Presentation of this award takes place at the annual Doctoral Hooding Ceremony, which recognizes graduate students receiving their doctoral degrees. The 2020 ceremony has been postponed, due to the COVID-19 pandemic.

“At its core, the Faculty Mentoring Award recognizes the pivotal role that mentoring plays in the degree progression and career development of graduate students,” said Graduate School Dean Suzanne E. Barbour. “Dr. Abramowitz exemplifies the highest standards of mentorship in his encouragement of student ideas, leadership and accomplishment – and his support for students does not end when they are hooded and move on to their independent careers.

“We look forward to congratulating Dr.

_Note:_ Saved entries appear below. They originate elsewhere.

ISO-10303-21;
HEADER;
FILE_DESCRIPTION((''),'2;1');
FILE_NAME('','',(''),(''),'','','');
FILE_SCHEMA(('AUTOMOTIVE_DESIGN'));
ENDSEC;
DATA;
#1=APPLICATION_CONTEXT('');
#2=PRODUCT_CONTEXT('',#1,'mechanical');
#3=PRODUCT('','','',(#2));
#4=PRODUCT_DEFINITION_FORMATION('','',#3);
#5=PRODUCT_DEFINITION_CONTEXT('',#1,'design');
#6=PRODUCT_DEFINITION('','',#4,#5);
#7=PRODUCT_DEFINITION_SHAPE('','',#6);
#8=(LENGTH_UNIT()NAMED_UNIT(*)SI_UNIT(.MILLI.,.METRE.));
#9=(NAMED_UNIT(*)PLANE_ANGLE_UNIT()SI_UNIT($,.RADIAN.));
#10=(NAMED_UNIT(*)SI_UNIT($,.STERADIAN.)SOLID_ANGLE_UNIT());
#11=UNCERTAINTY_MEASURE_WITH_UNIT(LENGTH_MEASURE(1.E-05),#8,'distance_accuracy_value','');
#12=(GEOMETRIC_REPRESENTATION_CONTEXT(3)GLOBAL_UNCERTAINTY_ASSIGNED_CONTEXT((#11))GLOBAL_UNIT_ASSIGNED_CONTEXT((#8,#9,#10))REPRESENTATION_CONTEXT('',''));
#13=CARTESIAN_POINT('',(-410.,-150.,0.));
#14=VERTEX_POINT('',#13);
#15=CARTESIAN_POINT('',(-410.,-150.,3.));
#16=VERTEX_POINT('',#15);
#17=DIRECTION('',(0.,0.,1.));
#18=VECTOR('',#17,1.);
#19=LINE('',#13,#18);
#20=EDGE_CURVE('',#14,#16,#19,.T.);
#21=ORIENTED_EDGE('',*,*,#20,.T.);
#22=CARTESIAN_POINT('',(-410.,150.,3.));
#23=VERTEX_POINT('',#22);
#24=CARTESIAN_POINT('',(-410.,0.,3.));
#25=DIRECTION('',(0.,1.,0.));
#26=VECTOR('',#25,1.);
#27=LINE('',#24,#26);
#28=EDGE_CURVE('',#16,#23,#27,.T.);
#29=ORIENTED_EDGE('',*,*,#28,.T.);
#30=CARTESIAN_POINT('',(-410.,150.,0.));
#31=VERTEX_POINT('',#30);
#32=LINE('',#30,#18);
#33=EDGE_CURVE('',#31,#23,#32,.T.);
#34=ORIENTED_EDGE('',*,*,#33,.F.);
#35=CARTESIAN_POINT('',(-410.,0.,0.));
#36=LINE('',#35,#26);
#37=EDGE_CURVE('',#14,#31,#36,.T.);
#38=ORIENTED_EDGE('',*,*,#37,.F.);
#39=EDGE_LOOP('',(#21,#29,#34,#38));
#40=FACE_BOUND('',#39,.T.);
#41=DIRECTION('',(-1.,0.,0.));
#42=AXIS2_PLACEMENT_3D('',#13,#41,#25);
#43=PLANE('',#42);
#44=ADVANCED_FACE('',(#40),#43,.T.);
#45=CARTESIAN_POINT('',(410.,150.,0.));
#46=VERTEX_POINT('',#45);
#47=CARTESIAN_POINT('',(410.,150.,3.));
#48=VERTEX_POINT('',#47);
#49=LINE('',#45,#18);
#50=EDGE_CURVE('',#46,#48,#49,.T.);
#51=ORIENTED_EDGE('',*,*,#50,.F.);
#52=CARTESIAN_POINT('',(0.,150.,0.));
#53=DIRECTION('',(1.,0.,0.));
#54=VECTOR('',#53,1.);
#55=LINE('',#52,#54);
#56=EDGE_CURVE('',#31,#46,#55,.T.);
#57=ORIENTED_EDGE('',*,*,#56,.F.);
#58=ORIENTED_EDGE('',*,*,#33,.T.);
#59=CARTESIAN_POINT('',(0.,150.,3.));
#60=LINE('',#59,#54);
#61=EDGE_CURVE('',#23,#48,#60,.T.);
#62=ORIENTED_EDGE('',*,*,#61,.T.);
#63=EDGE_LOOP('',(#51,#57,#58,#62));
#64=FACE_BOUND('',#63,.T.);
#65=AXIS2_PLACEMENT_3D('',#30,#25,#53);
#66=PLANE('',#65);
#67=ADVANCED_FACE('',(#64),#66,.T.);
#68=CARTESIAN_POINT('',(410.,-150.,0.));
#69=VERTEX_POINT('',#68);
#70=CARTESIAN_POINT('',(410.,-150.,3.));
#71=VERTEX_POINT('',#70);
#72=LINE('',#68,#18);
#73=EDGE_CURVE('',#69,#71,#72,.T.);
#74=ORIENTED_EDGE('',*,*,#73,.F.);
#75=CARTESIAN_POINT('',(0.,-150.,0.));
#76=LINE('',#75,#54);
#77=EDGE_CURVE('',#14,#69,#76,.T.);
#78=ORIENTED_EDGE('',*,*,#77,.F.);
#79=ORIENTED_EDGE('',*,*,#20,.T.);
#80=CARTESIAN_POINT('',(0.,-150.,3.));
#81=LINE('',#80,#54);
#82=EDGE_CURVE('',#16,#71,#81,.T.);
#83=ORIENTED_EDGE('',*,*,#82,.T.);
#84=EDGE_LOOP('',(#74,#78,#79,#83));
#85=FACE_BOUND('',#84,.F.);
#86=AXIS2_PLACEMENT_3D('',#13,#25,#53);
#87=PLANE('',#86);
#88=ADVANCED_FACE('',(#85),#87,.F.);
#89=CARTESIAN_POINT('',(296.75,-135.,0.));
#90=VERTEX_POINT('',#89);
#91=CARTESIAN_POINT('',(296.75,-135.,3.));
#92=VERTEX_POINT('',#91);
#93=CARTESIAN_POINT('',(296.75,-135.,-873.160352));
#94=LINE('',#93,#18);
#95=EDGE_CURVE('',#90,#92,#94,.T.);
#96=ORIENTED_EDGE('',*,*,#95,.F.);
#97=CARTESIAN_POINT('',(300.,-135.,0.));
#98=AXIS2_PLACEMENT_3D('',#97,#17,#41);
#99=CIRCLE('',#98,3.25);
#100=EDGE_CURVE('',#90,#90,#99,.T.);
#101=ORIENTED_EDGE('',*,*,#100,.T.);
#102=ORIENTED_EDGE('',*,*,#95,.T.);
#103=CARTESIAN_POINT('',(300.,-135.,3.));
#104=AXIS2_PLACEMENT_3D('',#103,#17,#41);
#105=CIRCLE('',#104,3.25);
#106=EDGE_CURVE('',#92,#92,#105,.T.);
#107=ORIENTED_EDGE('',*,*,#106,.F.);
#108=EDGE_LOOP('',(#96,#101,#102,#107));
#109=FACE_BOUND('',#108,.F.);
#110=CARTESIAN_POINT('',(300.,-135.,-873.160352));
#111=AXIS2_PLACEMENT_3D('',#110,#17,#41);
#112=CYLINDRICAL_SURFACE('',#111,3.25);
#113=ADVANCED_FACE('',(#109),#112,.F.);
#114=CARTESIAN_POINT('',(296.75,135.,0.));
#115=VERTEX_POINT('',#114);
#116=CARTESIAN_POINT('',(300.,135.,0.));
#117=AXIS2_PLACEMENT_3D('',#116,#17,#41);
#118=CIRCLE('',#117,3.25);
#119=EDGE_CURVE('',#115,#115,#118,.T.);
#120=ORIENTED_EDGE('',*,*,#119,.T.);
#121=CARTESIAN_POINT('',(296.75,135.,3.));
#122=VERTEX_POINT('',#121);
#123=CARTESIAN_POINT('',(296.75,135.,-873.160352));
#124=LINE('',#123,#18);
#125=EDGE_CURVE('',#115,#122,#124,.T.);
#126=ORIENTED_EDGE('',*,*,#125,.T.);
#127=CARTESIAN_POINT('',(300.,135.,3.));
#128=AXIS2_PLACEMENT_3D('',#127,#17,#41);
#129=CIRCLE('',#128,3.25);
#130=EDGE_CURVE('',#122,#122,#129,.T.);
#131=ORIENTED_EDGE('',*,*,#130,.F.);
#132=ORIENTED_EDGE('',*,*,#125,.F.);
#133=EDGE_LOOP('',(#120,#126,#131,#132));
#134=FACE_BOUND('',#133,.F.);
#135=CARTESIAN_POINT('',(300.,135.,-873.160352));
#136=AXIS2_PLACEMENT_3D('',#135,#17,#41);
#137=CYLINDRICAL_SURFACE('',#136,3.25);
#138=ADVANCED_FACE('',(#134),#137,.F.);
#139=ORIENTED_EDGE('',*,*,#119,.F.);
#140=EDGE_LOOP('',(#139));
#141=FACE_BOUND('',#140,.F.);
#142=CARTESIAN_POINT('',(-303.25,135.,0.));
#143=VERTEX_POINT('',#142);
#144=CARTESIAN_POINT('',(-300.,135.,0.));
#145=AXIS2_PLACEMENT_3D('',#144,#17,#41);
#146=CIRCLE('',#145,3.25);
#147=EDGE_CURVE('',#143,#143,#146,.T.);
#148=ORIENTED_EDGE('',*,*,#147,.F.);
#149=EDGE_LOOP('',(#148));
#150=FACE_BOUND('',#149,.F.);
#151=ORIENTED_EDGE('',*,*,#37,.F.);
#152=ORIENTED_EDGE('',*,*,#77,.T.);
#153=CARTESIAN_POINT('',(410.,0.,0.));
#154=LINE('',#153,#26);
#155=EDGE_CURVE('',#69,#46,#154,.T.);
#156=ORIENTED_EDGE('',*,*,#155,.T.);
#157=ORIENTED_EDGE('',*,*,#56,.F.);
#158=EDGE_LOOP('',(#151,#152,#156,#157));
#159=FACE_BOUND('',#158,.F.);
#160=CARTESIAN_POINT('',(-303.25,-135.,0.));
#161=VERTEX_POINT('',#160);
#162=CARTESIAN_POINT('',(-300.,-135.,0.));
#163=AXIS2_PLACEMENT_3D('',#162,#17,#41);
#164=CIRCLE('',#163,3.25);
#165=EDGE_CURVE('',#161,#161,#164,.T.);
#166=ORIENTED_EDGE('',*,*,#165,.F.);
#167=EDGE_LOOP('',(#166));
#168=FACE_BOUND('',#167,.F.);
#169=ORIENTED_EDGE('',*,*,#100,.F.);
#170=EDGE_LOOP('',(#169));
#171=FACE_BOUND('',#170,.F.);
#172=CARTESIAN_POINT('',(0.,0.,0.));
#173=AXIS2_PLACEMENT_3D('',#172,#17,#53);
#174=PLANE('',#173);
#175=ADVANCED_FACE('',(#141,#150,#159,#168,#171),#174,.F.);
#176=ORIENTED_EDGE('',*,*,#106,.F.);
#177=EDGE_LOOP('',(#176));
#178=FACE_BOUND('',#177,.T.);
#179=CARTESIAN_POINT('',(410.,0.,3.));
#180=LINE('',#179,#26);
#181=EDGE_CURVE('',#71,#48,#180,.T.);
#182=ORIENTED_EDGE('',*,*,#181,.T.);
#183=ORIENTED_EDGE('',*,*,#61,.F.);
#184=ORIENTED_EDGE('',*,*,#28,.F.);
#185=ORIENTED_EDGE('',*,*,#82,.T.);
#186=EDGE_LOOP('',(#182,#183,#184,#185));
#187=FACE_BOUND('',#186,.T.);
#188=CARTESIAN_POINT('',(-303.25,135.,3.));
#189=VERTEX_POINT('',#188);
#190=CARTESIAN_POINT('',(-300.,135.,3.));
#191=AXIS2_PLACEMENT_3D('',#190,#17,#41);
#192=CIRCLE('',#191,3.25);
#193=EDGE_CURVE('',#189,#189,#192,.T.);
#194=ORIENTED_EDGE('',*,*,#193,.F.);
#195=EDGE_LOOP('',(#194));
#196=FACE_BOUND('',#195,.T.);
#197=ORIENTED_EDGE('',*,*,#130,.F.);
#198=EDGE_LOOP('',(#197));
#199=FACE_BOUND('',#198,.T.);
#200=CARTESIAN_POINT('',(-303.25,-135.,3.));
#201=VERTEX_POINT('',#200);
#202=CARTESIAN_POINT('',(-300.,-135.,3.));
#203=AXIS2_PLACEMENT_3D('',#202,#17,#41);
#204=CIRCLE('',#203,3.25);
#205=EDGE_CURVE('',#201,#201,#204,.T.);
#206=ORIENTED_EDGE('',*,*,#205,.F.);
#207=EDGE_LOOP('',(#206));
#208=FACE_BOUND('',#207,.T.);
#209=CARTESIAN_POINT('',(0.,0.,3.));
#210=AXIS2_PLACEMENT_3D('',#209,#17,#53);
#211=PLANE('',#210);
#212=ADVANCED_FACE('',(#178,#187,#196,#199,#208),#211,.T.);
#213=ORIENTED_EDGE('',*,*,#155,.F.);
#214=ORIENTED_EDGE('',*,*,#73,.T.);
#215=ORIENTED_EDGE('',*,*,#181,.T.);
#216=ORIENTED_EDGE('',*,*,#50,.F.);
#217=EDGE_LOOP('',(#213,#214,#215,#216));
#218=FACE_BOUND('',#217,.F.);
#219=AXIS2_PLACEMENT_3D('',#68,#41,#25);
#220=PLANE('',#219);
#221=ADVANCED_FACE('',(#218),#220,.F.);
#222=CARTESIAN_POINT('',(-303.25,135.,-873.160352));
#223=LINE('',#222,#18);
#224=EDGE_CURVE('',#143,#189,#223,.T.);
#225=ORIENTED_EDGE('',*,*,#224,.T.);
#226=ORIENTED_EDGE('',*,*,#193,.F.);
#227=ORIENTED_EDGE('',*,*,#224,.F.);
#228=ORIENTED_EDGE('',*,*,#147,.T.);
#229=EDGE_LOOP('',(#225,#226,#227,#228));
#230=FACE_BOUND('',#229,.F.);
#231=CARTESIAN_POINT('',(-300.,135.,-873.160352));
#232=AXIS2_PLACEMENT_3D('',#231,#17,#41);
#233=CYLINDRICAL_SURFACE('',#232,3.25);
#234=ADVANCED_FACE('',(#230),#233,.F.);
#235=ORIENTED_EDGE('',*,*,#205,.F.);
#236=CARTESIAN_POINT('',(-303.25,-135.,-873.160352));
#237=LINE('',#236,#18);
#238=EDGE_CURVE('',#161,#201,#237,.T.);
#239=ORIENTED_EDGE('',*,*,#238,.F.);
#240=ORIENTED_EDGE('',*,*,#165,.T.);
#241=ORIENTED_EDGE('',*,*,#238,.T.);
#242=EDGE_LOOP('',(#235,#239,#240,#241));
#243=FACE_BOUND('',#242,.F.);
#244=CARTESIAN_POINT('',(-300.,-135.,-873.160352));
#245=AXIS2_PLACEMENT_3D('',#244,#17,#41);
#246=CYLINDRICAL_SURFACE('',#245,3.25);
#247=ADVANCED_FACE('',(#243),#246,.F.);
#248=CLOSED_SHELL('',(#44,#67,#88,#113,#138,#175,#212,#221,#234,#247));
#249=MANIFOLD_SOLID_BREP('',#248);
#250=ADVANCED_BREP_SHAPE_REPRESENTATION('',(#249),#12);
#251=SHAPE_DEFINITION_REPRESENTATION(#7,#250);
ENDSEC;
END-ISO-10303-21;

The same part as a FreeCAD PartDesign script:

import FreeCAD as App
import Part
import Sketcher


def add_polygon(sketch, points):
    """Adds a closed chain of lines whose ends are joined by coincident constraints."""
    first, n = sketch.GeometryCount, len(points)
    for a, b in zip(points, points[1:] + points[:1]):
        sketch.addGeometry(Part.LineSegment(App.Vector(*a, 0), App.Vector(*b, 0)), False)
    for i in range(n):
        sketch.addConstraint(Sketcher.Constraint("Coincident", first + i, 2, first + (i + 1) % n, 1))

doc = App.newDocument("Part")
body = doc.addObject("PartDesign::Body", "Body")

# Sketch on XY plane
sketch1 = body.newObject("Sketcher::SketchObject", "Sketch")
sketch1.AttachmentSupport = (doc.getObject("XY_Plane"), [""])
sketch1.MapMode = "FlatFace"
add_polygon(sketch1, [(-410, 150), (-410, -150), (410, -150), (410, 150)])  # lines 0-3
sketch1.addConstraint([
    Sketcher.Constraint("Vertical", 0),
    Sketcher.Constraint("Horizontal", 1),
    Sketcher.Constraint("Vertical", 2),
    Sketcher.Constraint("Horizontal", 3),
    Sketcher.Constraint("Symmetric", 0, 2, 2, 2, -1, 1),
    Sketcher.Constraint("DistanceX", 1, 1, 1, 2, 820.0),
    Sketcher.Constraint("DistanceY", 0, 2, 0, 1, 300.0),
])
pad1 = body.newObject("PartDesign::Pad", "Pad")
pad1.Profile = sketch1
pad1.Length = 3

Abramowitz in person when we can safely do so. In the meantime, I am very pleased to announce that he has received our 2020 award and thank him for his outstanding commitment to graduate student success.”

Abramowitz joined the UNC-Chapel Hill faculty in 2006. During his career at UNC-Chapel Hill, he has mentored 10 doctoral students, chaired doctoral dissertation committees for seven students, chaired master’s thesis committees for eight students and supervised honors theses for 17 undergraduate students. In 2012, he received the UNC-Chapel Hill Psychology Club Award for Outstanding Contribution to Mentoring Students in their Research.

The nomination letter stated that a principal emphasis of Abramowitz’s career is to foster the growth and success of his students. That emphasis, the letter said, includes encouraging students’ ideas, reinforcing their enthusiasm for scientific inquiry and reminding students presenting at research symposia that they are “experts in our areas of study (thanks to his influential training) … prepared to handle any question the audience might pose.”

Abramowitz’s research laboratory group focuses on developing knowledge toward the successful treatment of anxiety. Abramowitz’s research group is currently collaborating with colleagues at Johns Hopkins School of Medicine on a study examining the predictors of postpartum obsessive-compulsive disorder. This research, just under way, is supported through a five-year National Institute of Mental Health grant awarded to Abramowitz as principal investigator.

He has produced more than 300 publications in his research field and serves as editor in chief of the Journal of Obsessive-Compulsive and Related Disorders.

“I am extremely honored to be recognized for doing what I love most about being an academic psychologist – sharing my skills, knowledge and expertise with the wonderful undergraduate and graduate students in our Department of Psychology and Neuroscience. It is the greatest feeling to see my students flourish during their time at Carolina and beyond.”